This is a little difficult...
Graph the Function
y=3 less than the absolute value of x+2
Obviously you cannot show me this on a graph, but I just need help with solving the equation...
Thanks!!!
http://www.jiskha.com/display.cgi?id=1447261918
To graph the function y = 3 less than the absolute value of x + 2, we can start by examining the equation. The absolute value function can be represented as |x|.
Step 1: First, consider the equation without the 3 subtraction: y = |x + 2|. This represents the absolute value of x + 2.

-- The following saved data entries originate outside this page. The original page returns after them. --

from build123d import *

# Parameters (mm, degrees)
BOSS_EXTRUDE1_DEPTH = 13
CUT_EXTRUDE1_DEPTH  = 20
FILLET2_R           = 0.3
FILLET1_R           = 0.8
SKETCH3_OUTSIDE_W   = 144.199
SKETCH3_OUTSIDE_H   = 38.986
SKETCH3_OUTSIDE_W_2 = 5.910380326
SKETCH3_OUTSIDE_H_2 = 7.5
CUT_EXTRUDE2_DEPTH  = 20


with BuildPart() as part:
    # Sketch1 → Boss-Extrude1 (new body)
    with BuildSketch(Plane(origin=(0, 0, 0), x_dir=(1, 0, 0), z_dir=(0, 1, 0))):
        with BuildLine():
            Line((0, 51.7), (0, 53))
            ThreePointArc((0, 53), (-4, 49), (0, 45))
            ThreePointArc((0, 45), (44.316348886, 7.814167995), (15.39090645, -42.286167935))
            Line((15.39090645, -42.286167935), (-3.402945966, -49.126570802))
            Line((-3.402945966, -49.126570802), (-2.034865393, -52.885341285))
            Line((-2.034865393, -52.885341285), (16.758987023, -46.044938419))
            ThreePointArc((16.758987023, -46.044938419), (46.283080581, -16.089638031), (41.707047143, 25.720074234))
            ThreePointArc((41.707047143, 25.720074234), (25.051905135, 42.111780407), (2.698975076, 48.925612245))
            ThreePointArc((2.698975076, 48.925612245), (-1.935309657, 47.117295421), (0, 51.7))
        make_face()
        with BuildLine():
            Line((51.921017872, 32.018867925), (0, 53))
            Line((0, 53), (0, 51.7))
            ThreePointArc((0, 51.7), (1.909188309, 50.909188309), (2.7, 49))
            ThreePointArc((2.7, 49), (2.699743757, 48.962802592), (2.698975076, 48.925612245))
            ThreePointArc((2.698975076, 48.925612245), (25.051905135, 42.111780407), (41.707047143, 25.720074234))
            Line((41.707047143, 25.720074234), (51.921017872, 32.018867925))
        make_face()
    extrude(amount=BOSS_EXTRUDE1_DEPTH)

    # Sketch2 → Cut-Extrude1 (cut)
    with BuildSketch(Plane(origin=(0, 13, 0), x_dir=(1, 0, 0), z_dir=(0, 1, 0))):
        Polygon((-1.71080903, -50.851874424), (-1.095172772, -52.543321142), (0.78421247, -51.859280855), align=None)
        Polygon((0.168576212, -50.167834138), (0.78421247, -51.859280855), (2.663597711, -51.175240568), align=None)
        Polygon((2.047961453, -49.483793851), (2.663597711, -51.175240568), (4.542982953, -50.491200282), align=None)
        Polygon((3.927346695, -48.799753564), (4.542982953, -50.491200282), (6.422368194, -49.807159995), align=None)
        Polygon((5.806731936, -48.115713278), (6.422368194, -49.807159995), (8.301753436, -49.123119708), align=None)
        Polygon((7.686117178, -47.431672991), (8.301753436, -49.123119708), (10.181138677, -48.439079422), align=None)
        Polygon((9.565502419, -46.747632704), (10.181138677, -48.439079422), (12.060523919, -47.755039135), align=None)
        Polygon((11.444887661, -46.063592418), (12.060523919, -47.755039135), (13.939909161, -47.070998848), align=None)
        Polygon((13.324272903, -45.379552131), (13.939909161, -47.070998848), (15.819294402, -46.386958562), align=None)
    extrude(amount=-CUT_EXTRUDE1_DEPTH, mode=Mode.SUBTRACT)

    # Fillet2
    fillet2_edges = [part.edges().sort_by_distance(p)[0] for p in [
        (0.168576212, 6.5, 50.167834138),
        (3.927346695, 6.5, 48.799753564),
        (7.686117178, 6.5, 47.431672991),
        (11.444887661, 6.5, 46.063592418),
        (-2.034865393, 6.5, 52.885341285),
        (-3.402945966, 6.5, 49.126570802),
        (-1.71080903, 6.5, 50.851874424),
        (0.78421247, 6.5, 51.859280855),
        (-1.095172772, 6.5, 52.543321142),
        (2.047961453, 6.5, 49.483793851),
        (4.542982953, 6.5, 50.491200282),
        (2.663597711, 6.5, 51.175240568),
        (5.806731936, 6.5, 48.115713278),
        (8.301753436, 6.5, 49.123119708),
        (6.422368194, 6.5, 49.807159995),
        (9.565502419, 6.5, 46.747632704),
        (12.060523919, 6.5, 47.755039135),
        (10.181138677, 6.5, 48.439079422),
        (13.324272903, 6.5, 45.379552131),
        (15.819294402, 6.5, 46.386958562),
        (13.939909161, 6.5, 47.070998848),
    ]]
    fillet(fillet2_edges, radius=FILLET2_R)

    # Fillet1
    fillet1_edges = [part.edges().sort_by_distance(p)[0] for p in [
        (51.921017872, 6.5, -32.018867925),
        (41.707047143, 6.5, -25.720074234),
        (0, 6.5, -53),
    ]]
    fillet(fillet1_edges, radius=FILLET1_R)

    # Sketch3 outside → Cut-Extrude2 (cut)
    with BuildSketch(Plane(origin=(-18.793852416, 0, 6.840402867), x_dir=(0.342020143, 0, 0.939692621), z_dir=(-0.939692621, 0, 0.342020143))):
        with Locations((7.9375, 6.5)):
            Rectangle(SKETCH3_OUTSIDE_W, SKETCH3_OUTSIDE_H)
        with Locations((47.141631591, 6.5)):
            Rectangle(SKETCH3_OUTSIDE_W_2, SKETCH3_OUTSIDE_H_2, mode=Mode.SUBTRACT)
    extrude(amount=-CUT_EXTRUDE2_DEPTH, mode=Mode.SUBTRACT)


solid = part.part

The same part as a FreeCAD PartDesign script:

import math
import FreeCAD as App
import Part
import Sketcher

V = App.Vector
Q = App.Units.Quantity


def edges_at(feature, points):
    """Names of the edges that pass closest to the given points."""
    edges = feature.Shape.Edges
    near = lambda p: min(range(len(edges)), key=lambda i: edges[i].distToShape(Part.Vertex(*p))[0])
    return sorted({f"Edge{near(p) + 1}" for p in points})


def add_polygon(sketch, points):
    """Adds a closed chain of lines whose ends are joined by coincident constraints."""
    first, n = sketch.GeometryCount, len(points)
    for a, b in zip(points, points[1:] + points[:1]):
        sketch.addGeometry(Part.LineSegment(App.Vector(*a, 0), App.Vector(*b, 0)), False)
    for i in range(n):
        sketch.addConstraint(Sketcher.Constraint("Coincident", first + i, 2, first + (i + 1) % n, 1))

doc = App.newDocument("Part")
body = doc.addObject("PartDesign::Body", "Body")

# Sketch on XZ plane
sketch1 = body.newObject("Sketcher::SketchObject", "Sketch")
sketch1.AttachmentSupport = (doc.getObject("XZ_Plane"), [""])
sketch1.MapMode = "FlatFace"
sketch1.addGeometry([
    Part.ArcOfCircle(Part.Circle(V(0, -49, 0), V(0, 0, 1), 4), math.radians(90), math.radians(270)),  # 0
    Part.ArcOfCircle(Part.Circle(V(0, 0, 0), V(0, 0, 1), 45), math.radians(-90), math.radians(70)),  # 1
    Part.LineSegment(V(15.39, 42.29, 0), V(-3.4, 49.13, 0)),  # 2
    Part.LineSegment(V(-3.4, 49.13, 0), V(-2.03, 52.89, 0)),  # 3
    Part.LineSegment(V(-2.03, 52.89, 0), V(16.76, 46.04, 0)),  # 4
    Part.ArcOfCircle(Part.Circle(V(0, 0, 0), V(0, 0, 1), 49), math.radians(-32), math.radians(70)),  # 5
    Part.LineSegment(V(41.71, -25.72, 0), V(51.92, -32.02, 0)),  # 6
    Part.LineSegment(V(51.92, -32.02, 0), V(0, -53, 0)),  # 7
    Part.ArcOfCircle(Part.Circle(V(0, -49, 0), V(0, 0, 1), 2.7), math.radians(2), math.radians(270)),  # 8
    Part.ArcOfCircle(Part.Circle(V(0, -49, 0), V(0, 0, 1), 2.7), math.radians(-90), math.radians(0)),  # 9
    Part.ArcOfCircle(Part.Circle(V(0, -49, 0), V(0, 0, 1), 2.7), math.radians(0), math.radians(1.58)),  # 10
], False)
sketch1.addConstraint([
    Sketcher.Constraint("Tangent", 0, 1, 1, 1),
    Sketcher.Constraint("Tangent", 1, 2, 2, 1),
    Sketcher.Constraint("Coincident", 2, 2, 3, 1),
    Sketcher.Constraint("Coincident", 3, 2, 4, 1),
    Sketcher.Constraint("Tangent", 4, 2, 5, 2),
    Sketcher.Constraint("Coincident", 5, 1, 6, 1),
    Sketcher.Constraint("Coincident", 6, 2, 7, 1),
    Sketcher.Constraint("Coincident", 7, 2, 0, 2),
    Sketcher.Constraint("Tangent", 8, 2, 9, 1),
    Sketcher.Constraint("Tangent", 9, 2, 10, 1),
    Sketcher.Constraint("Tangent", 10, 2, 8, 1),
    Sketcher.Constraint("Coincident", 1, 3, -1, 1),
    Sketcher.Constraint("Coincident", 5, 3, -1, 1),
    Sketcher.Constraint("Coincident", 8, 3, 0, 3),
    Sketcher.Constraint("PointOnObject", 0, 3, -2),
    Sketcher.Constraint("PointOnObject", 7, 2, -2),
    Sketcher.Constraint("PointOnObject", 8, 2, -2),
    Sketcher.Constraint("Perpendicular", 2, 3),
    Sketcher.Constraint("Perpendicular", 3, 4),
    Sketcher.Constraint("Horizontal", 10, 3, 9, 2),
    Sketcher.Constraint("Radius", 0, Q("4 mm")),
    Sketcher.Constraint("Radius", 1, Q("45 mm")),
    Sketcher.Constraint("Radius", 5, Q("49 mm")),
    Sketcher.Constraint("Radius", 8, Q("2.7 mm")),
    Sketcher.Constraint("Angle", 2, Q("160 deg")),
    Sketcher.Constraint("Distance", 2, Q("20 mm")),
    Sketcher.Constraint("Distance", 6, Q("12 mm")),
    Sketcher.Constraint("Distance", 7, Q("56 mm")),
    Sketcher.Constraint("DistanceX", 5, 1, 6, 2, Q("10.213971 mm")),
    Sketcher.Constraint("DistanceX", -1, 1, 10, 2, Q("2.698975 mm")),
])
pad1 = body.newObject("PartDesign::Pad", "Pad")
pad1.Profile = sketch1
pad1.Length = 13
pad1.Reversed = True

# Sketch on XZ plane
sketch2 = body.newObject("Sketcher::SketchObject", "Sketch001")
sketch2.AttachmentSupport = (doc.getObject("XZ_Plane"), [""])
sketch2.MapMode = "FlatFace"
sketch2.AttachmentOffset = App.Placement(V(0, 0, -13), App.Rotation())
add_polygon(sketch2, [(-1.7, 50.9), (-1.1, 52.5), (0.8, 51.9)])  # lines 0-2
add_polygon(sketch2, [(0.2, 50.2), (0.8, 51.9), (2.7, 51.2)])  # lines 3-5
add_polygon(sketch2, [(2, 49.5), (2.7, 51.2), (4.5, 50.5)])  # lines 6-8
add_polygon(sketch2, [(3.9, 48.8), (4.5, 50.5), (6.4, 49.8)])  # lines 9-11
add_polygon(sketch2, [(5.8, 48.1), (6.4, 49.8), (8.3, 49.1)])  # lines 12-14
add_polygon(sketch2, [(7.7, 47.4), (8.3, 49.1), (10.2, 48.4)])  # lines 15-17
add_polygon(sketch2, [(9.6, 46.7), (10.2, 48.4), (12.1, 47.8)])  # lines 18-20
add_polygon(sketch2, [(11.4, 46.1), (12.1, 47.8), (13.9, 47.1)])  # lines 21-23
add_polygon(sketch2, [(13.3, 45.4), (13.9, 47.1), (15.8, 46.4)])  # lines 24-26
sketch2.addConstraint([
    Sketcher.Constraint("Coincident", 3, 2, 1, 2),
    Sketcher.Constraint("Coincident", 6, 2, 4, 2),
    Sketcher.Constraint("Coincident", 9, 2, 7, 2),
    Sketcher.Constraint("Coincident", 12, 2, 10, 2),
    Sketcher.Constraint("Coincident", 15, 2, 13, 2),
    Sketcher.Constraint("Coincident", 18, 2, 16, 2),
    Sketcher.Constraint("Coincident", 21, 2, 19, 2),
    Sketcher.Constraint("Coincident", 24, 2, 22, 2),
    Sketcher.Constraint("Perpendicular", 0, 1),
    Sketcher.Constraint("Perpendicular", 1, 3),
    Sketcher.Constraint("Perpendicular", 3, 4),
    Sketcher.Constraint("Parallel", 2, 5),
    Sketcher.Constraint("Perpendicular", 4, 6),
    Sketcher.Constraint("Perpendicular", 6, 7),
    Sketcher.Constraint("Parallel", 5, 8),
    Sketcher.Constraint("Perpendicular", 7, 9),
    Sketcher.Constraint("Perpendicular", 9, 10),
    Sketcher.Constraint("Parallel", 8, 11),
    Sketcher.Constraint("Perpendicular", 10, 12),
    Sketcher.Constraint("Perpendicular", 12, 13),
    Sketcher.Constraint("Parallel", 11, 14),
    Sketcher.Constraint("Perpendicular", 13, 15),
    Sketcher.Constraint("Perpendicular", 15, 16),
    Sketcher.Constraint("Parallel", 14, 17),
    Sketcher.Constraint("Perpendicular", 16, 18),
    Sketcher.Constraint("Perpendicular", 18, 19),
    Sketcher.Constraint("Parallel", 17, 20),
    Sketcher.Constraint("Perpendicular", 19, 21),
    Sketcher.Constraint("Perpendicular", 21, 22),
    Sketcher.Constraint("Parallel", 20, 23),
    Sketcher.Constraint("Perpendicular", 22, 24),
    Sketcher.Constraint("Perpendicular", 24, 25),
    Sketcher.Constraint("Parallel", 23, 26),
    Sketcher.Constraint("Equal", 0, 3),
    Sketcher.Constraint("Equal", 3, 6),
    Sketcher.Constraint("Equal", 6, 9),
    Sketcher.Constraint("Equal", 9, 12),
    Sketcher.Constraint("Equal", 12, 15),
    Sketcher.Constraint("Equal", 15, 18),
    Sketcher.Constraint("Equal", 18, 21),
    Sketcher.Constraint("Equal", 21, 24),
    Sketcher.Constraint("Angle", 0, Q("70 deg")),
    Sketcher.Constraint("Distance", 1, Q("2 mm")),
    Sketcher.Constraint("Distance", 0, Q("1.8 mm")),
    Sketcher.Constraint("DistanceY", -1, 1, 22, 2, Q("47.070999 mm")),
    Sketcher.Constraint("DistanceX", 2, 2, -1, 1, Q("1.710809 mm")),
])
pocket1 = body.newObject("PartDesign::Pocket", "Pocket")
pocket1.Profile = sketch2
pocket1.Length = 20
pocket1.Reversed = True
doc.recompute()

fillet = body.newObject("PartDesign::Fillet", "Fillet")
fillet.Base = (pocket1, edges_at(pocket1, [
    (0.169, 6.5, 50.168),
    (3.927, 6.5, 48.8),
    (7.686, 6.5, 47.432),
    (11.445, 6.5, 46.064),
    (-2.035, 6.5, 52.885),
    (-3.403, 6.5, 49.127),
    (-1.711, 6.5, 50.852),
    (0.784, 6.5, 51.859),
    (-1.095, 6.5, 52.543),
    (2.048, 6.5, 49.484),
    (4.543, 6.5, 50.491),
    (2.664, 6.5, 51.175),
    (5.807, 6.5, 48.116),
    (8.302, 6.5, 49.123),
    (6.422, 6.5, 49.807),
    (9.566, 6.5, 46.748),
    (12.061, 6.5, 47.755),
    (10.181, 6.5, 48.439),
    (13.324, 6.5, 45.38),
    (15.819, 6.5, 46.387),
    (13.94, 6.5, 47.071),
]))
fillet.Radius = 0.3
doc.recompute()

fillet2 = body.newObject("PartDesign::Fillet", "Fillet001")
fillet2.Base = (fillet, edges_at(fillet, [(51.921, 6.5, -32.019), (41.707, 6.5, -25.72), (0, 6.5, -53)]))
fillet2.Radius = 0.8

# Sketch on an angled plane
sketch3 = body.newObject("Sketcher::SketchObject", "Sketch002")
sketch3.Placement = App.Placement(V(-18.793852, 0, 6.840403), App.Rotation(V(0.342020143, 0, 0.939692621), V(0, 1, 0), V(-0.939692621, 0, 0.342020143), "ZXY"))
add_polygon(sketch3, [(-64, 26), (-64, -13), (80, -13), (80, 26)])  # lines 0-3
add_polygon(sketch3, [(50, 3), (44, 3), (44, 10), (50, 10)])  # lines 4-7
sketch3.addConstraint([
    Sketcher.Constraint("Vertical", 0),
    Sketcher.Constraint("Horizontal", 1),
    Sketcher.Constraint("Vertical", 2),
    Sketcher.Constraint("Horizontal", 3),
    Sketcher.Constraint("Horizontal", 4),
    Sketcher.Constraint("Vertical", 5),
    Sketcher.Constraint("Horizontal", 6),
    Sketcher.Constraint("Vertical", 7),
    Sketcher.Constraint("DistanceY", 5, 1, 5, 2, Q("7.5 mm")),
    Sketcher.Constraint("DistanceX", 1, 1, 1, 2, Q("144.199 mm")),
    Sketcher.Constraint("DistanceY", 0, 2, 0, 1, Q("38.986 mm")),
    Sketcher.Constraint("DistanceY", -1, 1, 4, 2, Q("2.75 mm")),
    Sketcher.Constraint("DistanceX", 0, 2, -1, 1, Q("64.162 mm")),
    Sketcher.Constraint("DistanceY", 0, 2, -1, 1, Q("12.993 mm")),
    Sketcher.Constraint("DistanceX", 4, 2, 4, 1, Q("5.91038 mm")),
    Sketcher.Constraint("DistanceX", -1, 1, 4, 2, Q("44.186441 mm")),
])
pocket2 = body.newObject("PartDesign::Pocket", "Pocket001")
pocket2.Profile = sketch3
pocket2.Length = 20

doc.recompute()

Step 2: Now, we need to shift the entire graph downward by 3 units since it is "3 less than" the absolute value. So the transformed equation becomes y = |x + 2| - 3.
Step 3: To plot the equation on a graph, we can create a table of values by choosing different values for x and calculating the corresponding values of y.
Let's choose a few values for x and calculate the corresponding y-values:
If x = -5, then y = |(-5) + 2| - 3 = 3 - 3 = 0.
If x = -2, then y = |(-2) + 2| - 3 = 0 - 3 = -3.
If x = 0, then y = |0 + 2| - 3 = 2 - 3 = -1.
If x = 2, then y = |2 + 2| - 3 = 4 - 3 = 1.
If x = 5, then y = |5 + 2| - 3 = 7 - 3 = 4.
Step 4: Plot the points (-5, 0), (-2, -3), (0, -1), (2, 1), and (5, 4) on the graph.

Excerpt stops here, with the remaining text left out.